Iedereen die liedjes pretendeert te schrijven, zou dagelijks verplicht tienmaal naar Poupée de Cire, Poupée de Son moeten luisteren. Het is in feite één groot euforisch refrein, met twee keer een subtiel bruggetje en natuurlijk een kleine solo, die precies de melodie van het refrein volgt. Een melodie zo onweerstaanbaar dat je je afvraagt waarom het Songfestival na 1965 niet gewoon voor voltooid werd verklaard. Maar nee, ieder jaar doen weer meer liedjesschrijvers zinloze pogingen deze ultieme winnaar naar de kroon te steken. Ze mogen de grond nog niet kussen waar schrijver Serge Gainsbourg op heeft gelopen.

Keuze Ilona de Bok: Bucks Fizz – Making Your Mind Up (1981)

De boodschap: eerst slettebakken, dan pas een relatie aangaan

Las Ketchup, kennen we die nog? Drie leuke, frisse meiden die een schattig dansje doen en met een aanstekelijk accent zingen. Bij het zien van het dansje moest ik meteen aan Bucks Fizz denken. Dát was pas een dansje.

Heerlijke frisgekleurde, gladgeschoren jongens en meisjes die vol enthousiasme ingestudeerde dansjes deden die en masse na werden gedaan in de bar/dancing. Geloof me, zo oud ben ik (nog) niet, want ik was twee toen Bucks Fizz het Songfestival won. Ik kan me er dus geen bal van herinneren. Maar toch heeft Bucks Fizz zo’n magische uitwerking op mijn muzikale brein dat ik jaren nadien nog steeds vind dat dit het beste songfestivalnummer ooit is.

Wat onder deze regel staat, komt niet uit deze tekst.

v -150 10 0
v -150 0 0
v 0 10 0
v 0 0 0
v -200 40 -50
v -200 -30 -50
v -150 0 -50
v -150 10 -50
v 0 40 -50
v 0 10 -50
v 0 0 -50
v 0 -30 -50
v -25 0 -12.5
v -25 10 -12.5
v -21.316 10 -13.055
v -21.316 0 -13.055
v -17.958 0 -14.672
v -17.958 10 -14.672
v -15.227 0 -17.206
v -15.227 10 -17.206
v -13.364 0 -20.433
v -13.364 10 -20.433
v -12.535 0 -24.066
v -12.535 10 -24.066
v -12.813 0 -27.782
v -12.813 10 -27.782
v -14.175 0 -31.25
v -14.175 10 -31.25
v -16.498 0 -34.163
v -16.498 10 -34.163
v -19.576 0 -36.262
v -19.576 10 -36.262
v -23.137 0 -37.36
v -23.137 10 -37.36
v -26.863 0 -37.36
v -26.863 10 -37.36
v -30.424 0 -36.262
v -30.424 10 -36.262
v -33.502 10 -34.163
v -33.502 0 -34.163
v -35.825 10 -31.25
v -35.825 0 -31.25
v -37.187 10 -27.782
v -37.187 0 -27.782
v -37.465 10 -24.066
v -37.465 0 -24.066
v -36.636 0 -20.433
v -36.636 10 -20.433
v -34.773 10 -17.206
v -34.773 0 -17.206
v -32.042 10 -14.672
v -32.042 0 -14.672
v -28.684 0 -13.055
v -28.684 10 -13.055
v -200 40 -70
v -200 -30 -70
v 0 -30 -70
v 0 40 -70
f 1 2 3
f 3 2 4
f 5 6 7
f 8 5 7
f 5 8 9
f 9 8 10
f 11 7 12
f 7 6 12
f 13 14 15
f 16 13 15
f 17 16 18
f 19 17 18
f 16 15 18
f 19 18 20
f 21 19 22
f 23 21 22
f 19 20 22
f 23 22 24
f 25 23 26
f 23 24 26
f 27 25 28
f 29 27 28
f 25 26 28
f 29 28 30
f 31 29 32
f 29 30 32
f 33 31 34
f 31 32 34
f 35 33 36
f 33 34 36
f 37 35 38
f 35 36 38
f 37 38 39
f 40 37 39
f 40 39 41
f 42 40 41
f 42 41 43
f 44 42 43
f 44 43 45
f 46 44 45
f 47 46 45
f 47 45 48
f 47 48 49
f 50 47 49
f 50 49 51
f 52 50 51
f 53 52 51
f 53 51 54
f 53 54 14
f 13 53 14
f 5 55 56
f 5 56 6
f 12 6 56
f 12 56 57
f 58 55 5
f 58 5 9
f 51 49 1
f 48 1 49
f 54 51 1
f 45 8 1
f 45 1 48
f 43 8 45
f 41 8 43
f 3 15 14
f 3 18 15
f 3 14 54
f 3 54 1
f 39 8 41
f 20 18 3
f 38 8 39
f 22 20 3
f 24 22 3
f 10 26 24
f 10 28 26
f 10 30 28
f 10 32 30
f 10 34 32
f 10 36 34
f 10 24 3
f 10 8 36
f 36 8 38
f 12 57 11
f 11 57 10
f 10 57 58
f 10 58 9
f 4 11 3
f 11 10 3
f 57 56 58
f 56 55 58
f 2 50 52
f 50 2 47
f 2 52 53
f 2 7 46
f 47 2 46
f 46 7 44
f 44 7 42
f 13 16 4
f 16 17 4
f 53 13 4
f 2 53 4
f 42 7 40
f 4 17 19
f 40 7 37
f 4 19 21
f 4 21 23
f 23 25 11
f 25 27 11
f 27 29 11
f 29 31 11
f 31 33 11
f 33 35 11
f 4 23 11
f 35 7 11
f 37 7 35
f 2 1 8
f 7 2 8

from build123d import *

# Parameters (mm, degrees)
SKETCH1_W           = 200
SKETCH1_H           = 70
BOSS_EXTRUDE1_DEPTH = 10
SKETCH2_W           = 200
SKETCH2_H           = 20
BOSS_EXTRUDE2_DEPTH = 30
SKETCH3_W           = 200
SKETCH3_H           = 20
BOSS_EXTRUDE3_DEPTH = 30
SKETCH4_R           = 12.5
CUT_EXTRUDE1_DEPTH  = 30
SKETCH5_W           = 50
SKETCH5_H           = 50
CUT_EXTRUDE2_DEPTH  = 30


with BuildPart() as part:
    # Sketch1 → Boss-Extrude1 (new body)
    with BuildSketch(Plane(origin=(0, 0, 0), x_dir=(1, 0, 0), z_dir=(0, 1, 0))):
        with Locations((-100, 35)):
            Rectangle(SKETCH1_W, SKETCH1_H)
    extrude(amount=BOSS_EXTRUDE1_DEPTH)

    # Sketch2 → Boss-Extrude2 (add)
    with BuildSketch(Plane(origin=(0, 10, 0), x_dir=(1, 0, 0), z_dir=(0, 1, 0))):
        with Locations((-100, 60)):
            Rectangle(SKETCH2_W, SKETCH2_H)
    extrude(amount=BOSS_EXTRUDE2_DEPTH)

    # Sketch3 → Boss-Extrude3 (add)
    with BuildSketch(Plane.XZ):
        with Locations((-100, -60)):
            Rectangle(SKETCH3_W, SKETCH3_H)
    extrude(amount=BOSS_EXTRUDE3_DEPTH)

    # Sketch4 → Cut-Extrude1 (cut)
    with BuildSketch(Plane(origin=(0, 10, 0), x_dir=(1, 0, 0), z_dir=(0, 1, 0))):
        with Locations(Location((-25, 25, 0), (0, 0, 270))):
            Circle(SKETCH4_R)
        with Locations(Location((-175, 25, 0), (0, 0, 270))):
            Circle(SKETCH4_R)
    extrude(amount=-CUT_EXTRUDE1_DEPTH, mode=Mode.SUBTRACT)

    # Sketch5 → Cut-Extrude2 (cut)
    with BuildSketch(Plane(origin=(0, 10, 0), x_dir=(1, 0, 0), z_dir=(0, 1, 0))):
        with Locations((-175, 25)):
            Rectangle(SKETCH5_W, SKETCH5_H)
    extrude(amount=-CUT_EXTRUDE2_DEPTH, mode=Mode.SUBTRACT)


solid = part.part
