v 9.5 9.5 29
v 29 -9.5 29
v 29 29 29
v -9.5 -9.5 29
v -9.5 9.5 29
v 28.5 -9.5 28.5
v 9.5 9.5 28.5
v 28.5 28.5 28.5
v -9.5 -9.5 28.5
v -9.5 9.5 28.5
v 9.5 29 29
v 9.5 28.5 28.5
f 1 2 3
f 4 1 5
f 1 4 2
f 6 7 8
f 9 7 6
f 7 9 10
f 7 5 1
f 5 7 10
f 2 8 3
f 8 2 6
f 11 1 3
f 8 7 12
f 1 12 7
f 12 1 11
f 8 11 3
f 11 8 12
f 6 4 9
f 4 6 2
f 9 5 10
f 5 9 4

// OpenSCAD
module selector(nblocks, block_size, margin, left, right, back) {
    x0 = block_size * (nblocks / 2 - back);
    dx = block_size * back + margin;
    y0 = block_size * left;
    dy = block_size * (right - left);
    z0 = block_size * nblocks / 2;
    dz = margin;
    l = nblocks * block_size * 2;
    difference() {
        translate([x0, y0, z0]) cube([dx, dy, dz]);
        rotate([-90, 0, 45]) translate([-l / 2, -l / 2, 0]) cube([l, l, l / 2]);
        rotate([90, 0, -45]) translate([-l / 2, -l / 2, 0]) cube([l, l, l / 2]);
        rotate([0, 135, 0]) translate([-l / 2, -l / 2, 0]) cube([l, l, l / 2]);
    }
}
module center_selector(nblocks, block_size, margin, back) {
    dx = block_size * (nblocks - back * 2);
    z0 = nblocks * block_size / 2;
    translate([-dx / 2, -dx / 2, z0]) cube([dx, dx, margin]);
}

color("Red", 0.5) selector(3, 19, 0.5, 0.5, 2, 1);
color("Blue", 0.5) rotate([0, 0, 90]) selector(3, 19, 0.5, -2, -0.5, 1);
color("Blue", 0.5) selector(3, 19, 0.5, -0.5, 0.5, 1);
color("Green", 0.5) center_selector(3, 19, 0.5, 1);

Soit, Après Toi van ons Vicky, het hele oeuvre van Johnny Logan en natuurlijk Abba zijn de bom hoor. Begrijp me niet verkeerd. Ook een mopje J’aime La Vie of Alles Heeft Een Ritme zing ik schaamteloos mee. Maar Bucks Fizz blijft de beste.

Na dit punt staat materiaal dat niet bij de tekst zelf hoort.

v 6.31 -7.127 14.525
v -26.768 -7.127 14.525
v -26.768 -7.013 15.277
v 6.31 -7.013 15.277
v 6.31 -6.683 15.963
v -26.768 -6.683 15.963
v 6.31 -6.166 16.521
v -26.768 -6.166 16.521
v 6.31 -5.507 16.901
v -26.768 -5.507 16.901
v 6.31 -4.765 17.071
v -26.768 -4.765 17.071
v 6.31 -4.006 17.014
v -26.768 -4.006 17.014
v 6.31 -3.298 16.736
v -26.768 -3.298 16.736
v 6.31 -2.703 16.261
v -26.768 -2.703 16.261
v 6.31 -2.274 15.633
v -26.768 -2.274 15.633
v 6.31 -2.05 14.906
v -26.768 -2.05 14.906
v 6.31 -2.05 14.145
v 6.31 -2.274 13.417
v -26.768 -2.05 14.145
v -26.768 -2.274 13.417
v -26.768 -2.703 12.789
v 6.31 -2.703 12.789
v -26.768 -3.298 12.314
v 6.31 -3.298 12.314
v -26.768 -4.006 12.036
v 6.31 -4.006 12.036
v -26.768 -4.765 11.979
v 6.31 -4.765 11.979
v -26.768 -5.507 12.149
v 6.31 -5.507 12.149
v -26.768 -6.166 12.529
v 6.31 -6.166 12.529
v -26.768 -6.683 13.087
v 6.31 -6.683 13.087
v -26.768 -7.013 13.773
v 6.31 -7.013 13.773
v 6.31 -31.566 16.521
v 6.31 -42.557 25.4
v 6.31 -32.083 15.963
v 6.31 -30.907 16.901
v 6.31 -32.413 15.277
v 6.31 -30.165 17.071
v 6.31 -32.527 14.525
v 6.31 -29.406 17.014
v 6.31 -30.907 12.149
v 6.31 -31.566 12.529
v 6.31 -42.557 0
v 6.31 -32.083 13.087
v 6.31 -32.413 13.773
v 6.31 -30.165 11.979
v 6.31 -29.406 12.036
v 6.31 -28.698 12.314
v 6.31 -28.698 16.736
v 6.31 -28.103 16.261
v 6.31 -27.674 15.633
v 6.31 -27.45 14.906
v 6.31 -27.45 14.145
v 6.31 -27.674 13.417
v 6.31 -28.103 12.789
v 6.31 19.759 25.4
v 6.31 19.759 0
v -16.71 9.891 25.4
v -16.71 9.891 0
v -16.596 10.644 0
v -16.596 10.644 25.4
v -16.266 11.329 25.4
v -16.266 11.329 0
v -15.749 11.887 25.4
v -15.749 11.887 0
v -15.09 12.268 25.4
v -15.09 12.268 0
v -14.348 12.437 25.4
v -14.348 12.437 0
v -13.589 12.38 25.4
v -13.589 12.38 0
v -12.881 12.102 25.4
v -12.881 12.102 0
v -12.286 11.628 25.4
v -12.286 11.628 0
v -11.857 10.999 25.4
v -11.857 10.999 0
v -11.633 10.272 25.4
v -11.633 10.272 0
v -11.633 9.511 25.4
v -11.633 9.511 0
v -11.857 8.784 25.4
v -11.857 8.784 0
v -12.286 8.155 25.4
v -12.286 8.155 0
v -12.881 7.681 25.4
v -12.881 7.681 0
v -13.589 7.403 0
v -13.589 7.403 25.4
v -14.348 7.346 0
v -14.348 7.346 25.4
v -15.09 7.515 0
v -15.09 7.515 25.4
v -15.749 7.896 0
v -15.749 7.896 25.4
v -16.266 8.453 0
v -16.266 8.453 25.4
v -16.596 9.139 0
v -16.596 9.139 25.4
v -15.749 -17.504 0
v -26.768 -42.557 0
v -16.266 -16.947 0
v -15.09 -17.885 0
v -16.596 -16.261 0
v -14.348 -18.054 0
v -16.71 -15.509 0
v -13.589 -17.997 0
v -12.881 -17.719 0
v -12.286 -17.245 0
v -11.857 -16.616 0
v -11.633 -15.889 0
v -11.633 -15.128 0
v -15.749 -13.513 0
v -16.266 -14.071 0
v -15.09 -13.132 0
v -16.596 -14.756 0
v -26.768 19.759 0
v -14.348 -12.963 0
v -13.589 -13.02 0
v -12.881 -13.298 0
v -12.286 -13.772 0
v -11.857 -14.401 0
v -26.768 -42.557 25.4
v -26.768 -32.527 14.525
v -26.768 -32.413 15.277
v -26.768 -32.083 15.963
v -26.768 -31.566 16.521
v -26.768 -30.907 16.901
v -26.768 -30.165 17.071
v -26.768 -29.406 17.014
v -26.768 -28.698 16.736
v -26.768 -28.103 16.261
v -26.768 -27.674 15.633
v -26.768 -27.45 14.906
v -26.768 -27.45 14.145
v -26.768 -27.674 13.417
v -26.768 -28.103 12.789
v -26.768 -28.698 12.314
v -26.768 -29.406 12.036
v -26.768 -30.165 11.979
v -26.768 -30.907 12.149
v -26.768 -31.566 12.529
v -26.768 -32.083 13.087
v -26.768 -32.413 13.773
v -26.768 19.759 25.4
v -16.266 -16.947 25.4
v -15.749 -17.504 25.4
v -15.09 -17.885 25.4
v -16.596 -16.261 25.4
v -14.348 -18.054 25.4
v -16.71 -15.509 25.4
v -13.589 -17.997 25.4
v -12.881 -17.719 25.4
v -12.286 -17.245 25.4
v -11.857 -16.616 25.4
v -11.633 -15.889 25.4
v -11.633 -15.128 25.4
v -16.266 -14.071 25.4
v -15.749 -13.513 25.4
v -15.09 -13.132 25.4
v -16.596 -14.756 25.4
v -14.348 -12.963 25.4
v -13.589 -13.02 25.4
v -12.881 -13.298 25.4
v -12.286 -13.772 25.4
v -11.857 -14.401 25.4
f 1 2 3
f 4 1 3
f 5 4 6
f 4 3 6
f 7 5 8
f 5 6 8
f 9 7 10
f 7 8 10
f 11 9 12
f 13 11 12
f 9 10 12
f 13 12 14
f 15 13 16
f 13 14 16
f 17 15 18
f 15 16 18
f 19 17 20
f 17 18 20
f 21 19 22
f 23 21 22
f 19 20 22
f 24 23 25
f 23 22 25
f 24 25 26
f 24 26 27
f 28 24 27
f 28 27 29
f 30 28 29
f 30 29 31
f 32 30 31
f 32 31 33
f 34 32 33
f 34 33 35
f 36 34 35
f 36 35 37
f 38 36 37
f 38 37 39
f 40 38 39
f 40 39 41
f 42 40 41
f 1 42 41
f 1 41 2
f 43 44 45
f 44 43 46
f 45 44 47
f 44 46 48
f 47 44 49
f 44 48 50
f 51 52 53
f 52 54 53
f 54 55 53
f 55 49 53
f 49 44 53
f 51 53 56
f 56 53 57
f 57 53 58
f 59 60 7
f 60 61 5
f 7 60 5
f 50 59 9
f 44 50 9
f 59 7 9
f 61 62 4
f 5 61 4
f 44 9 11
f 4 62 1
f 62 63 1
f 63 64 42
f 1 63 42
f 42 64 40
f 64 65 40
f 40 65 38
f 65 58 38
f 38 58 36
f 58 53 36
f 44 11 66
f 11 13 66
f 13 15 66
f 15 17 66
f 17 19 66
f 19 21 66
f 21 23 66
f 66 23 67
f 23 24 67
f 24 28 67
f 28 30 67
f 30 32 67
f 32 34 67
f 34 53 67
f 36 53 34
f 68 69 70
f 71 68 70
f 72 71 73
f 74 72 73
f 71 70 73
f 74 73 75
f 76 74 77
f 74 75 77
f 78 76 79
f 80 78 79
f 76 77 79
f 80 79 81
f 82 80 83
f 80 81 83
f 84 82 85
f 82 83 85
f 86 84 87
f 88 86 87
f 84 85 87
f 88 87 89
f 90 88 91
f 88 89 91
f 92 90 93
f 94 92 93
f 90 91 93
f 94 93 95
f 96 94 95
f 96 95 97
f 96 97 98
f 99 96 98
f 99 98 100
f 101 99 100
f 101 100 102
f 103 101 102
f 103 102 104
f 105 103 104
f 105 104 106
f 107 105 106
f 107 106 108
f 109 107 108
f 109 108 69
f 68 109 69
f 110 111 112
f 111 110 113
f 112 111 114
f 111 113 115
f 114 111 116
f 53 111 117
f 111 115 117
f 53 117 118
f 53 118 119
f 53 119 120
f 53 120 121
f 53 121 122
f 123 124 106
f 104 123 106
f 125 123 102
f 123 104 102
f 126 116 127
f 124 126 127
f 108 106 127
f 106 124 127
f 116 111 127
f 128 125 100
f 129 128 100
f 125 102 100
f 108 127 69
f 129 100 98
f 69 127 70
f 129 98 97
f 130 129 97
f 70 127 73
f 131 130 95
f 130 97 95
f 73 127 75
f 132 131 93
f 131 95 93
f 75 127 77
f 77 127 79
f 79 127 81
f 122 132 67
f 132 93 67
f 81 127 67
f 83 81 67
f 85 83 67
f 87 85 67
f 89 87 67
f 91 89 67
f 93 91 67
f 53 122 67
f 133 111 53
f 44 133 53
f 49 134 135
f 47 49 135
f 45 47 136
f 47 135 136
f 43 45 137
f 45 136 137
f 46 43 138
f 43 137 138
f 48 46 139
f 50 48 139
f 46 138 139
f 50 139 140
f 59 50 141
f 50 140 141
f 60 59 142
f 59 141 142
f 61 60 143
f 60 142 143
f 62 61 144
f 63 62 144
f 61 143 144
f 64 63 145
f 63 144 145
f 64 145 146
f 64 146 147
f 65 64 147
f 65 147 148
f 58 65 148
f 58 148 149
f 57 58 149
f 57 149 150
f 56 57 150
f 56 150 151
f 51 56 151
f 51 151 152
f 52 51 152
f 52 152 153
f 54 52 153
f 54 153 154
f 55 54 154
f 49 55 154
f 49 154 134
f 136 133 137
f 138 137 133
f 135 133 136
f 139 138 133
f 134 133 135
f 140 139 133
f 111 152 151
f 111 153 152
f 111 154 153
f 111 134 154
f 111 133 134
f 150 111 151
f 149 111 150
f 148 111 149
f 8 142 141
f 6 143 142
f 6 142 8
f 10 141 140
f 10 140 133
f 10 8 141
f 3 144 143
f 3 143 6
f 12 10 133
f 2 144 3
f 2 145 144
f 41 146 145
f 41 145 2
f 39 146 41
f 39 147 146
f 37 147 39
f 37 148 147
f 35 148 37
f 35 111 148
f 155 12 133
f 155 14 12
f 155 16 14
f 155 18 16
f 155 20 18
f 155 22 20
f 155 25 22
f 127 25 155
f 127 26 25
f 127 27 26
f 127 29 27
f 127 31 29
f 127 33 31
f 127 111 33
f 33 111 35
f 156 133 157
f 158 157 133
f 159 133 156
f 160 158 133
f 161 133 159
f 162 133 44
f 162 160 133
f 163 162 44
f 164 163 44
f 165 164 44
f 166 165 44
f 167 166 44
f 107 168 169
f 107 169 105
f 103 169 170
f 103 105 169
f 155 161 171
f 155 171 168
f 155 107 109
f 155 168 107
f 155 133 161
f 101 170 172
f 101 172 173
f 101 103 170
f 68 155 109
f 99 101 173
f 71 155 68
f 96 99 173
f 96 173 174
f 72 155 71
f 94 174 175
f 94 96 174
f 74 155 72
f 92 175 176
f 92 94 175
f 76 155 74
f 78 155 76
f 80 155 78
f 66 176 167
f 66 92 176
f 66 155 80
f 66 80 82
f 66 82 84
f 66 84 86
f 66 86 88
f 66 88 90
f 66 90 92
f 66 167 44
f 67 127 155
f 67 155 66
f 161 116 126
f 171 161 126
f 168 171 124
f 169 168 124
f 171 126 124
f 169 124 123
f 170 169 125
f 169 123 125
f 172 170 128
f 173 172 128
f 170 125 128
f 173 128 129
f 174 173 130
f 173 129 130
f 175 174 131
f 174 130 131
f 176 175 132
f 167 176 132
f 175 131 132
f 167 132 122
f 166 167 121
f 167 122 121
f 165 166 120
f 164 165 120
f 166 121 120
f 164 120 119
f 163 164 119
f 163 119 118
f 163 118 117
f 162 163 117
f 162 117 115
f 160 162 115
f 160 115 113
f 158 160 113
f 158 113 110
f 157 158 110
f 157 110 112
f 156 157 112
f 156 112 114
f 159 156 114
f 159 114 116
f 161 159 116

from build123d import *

# Parameters (mm, degrees)
F0_W     = 33.077959
F0_H     = 62.316516
F1_DEPTH = 25.4
F4_D     = 5.1054
F5_D     = 5.1054


with BuildPart() as f1:
    # F0 (on Top) → F1 (new body)
    with BuildSketch(Plane.XY):
        with Locations((-10.229463, -11.399078)):
            Rectangle(F0_W, F0_H)
    extrude(amount=F1_DEPTH)

    # F4 (through all)
    with Locations(Plane.YZ.offset(6.309517)):
        with Locations((-29.974079, 14.525045), (-4.574079, 14.525045)):
            Hole(F4_D / 2)

    # F5 (through all)
    with Locations(Plane.XY.offset(25.4)):
        with Locations((-14.157081, 9.891412), (-14.157081, -15.508588)):
            Hole(F5_D / 2)


solid = f1.part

Pas later begreep ik beter waar het over ging. Bucks Fizz vertelt ons via het wondere kanaal van het songfestival dat we moeten slettebakken voordat we ons vastleggen in een relatie. Schitterend toch. Heel Europa dolenthousiast over een liedje dat je vertelt dat je best naast de pot mag pissen maar dat je ervoor moet gaan als je eenmaal zeker weet dat je voor diegene kiest. Hoe romantisch. En dat is het songfestival, pure romantiek.

Keuze Wouter Tiebot: Herreys – Diggi-Loo Diggi-Ley (1984)

De winnaar van het enige Songfestival is dat ik helemaal van het begin tot einde heb gekeken als 6-jarig kereltje

Een Songfestival Battle… Daar heb ik mij toch maar weer mooi wat op de hals gehaald. Zoals velen hier waarschijnlijk, heb ik erg weinig met het grootste liedjesfestival ter wereld. Maar je moet het hen nageven, het is wel de bekeken en langst lopende tv-show ter wereld. Dus ze zullen wel iets goed doen.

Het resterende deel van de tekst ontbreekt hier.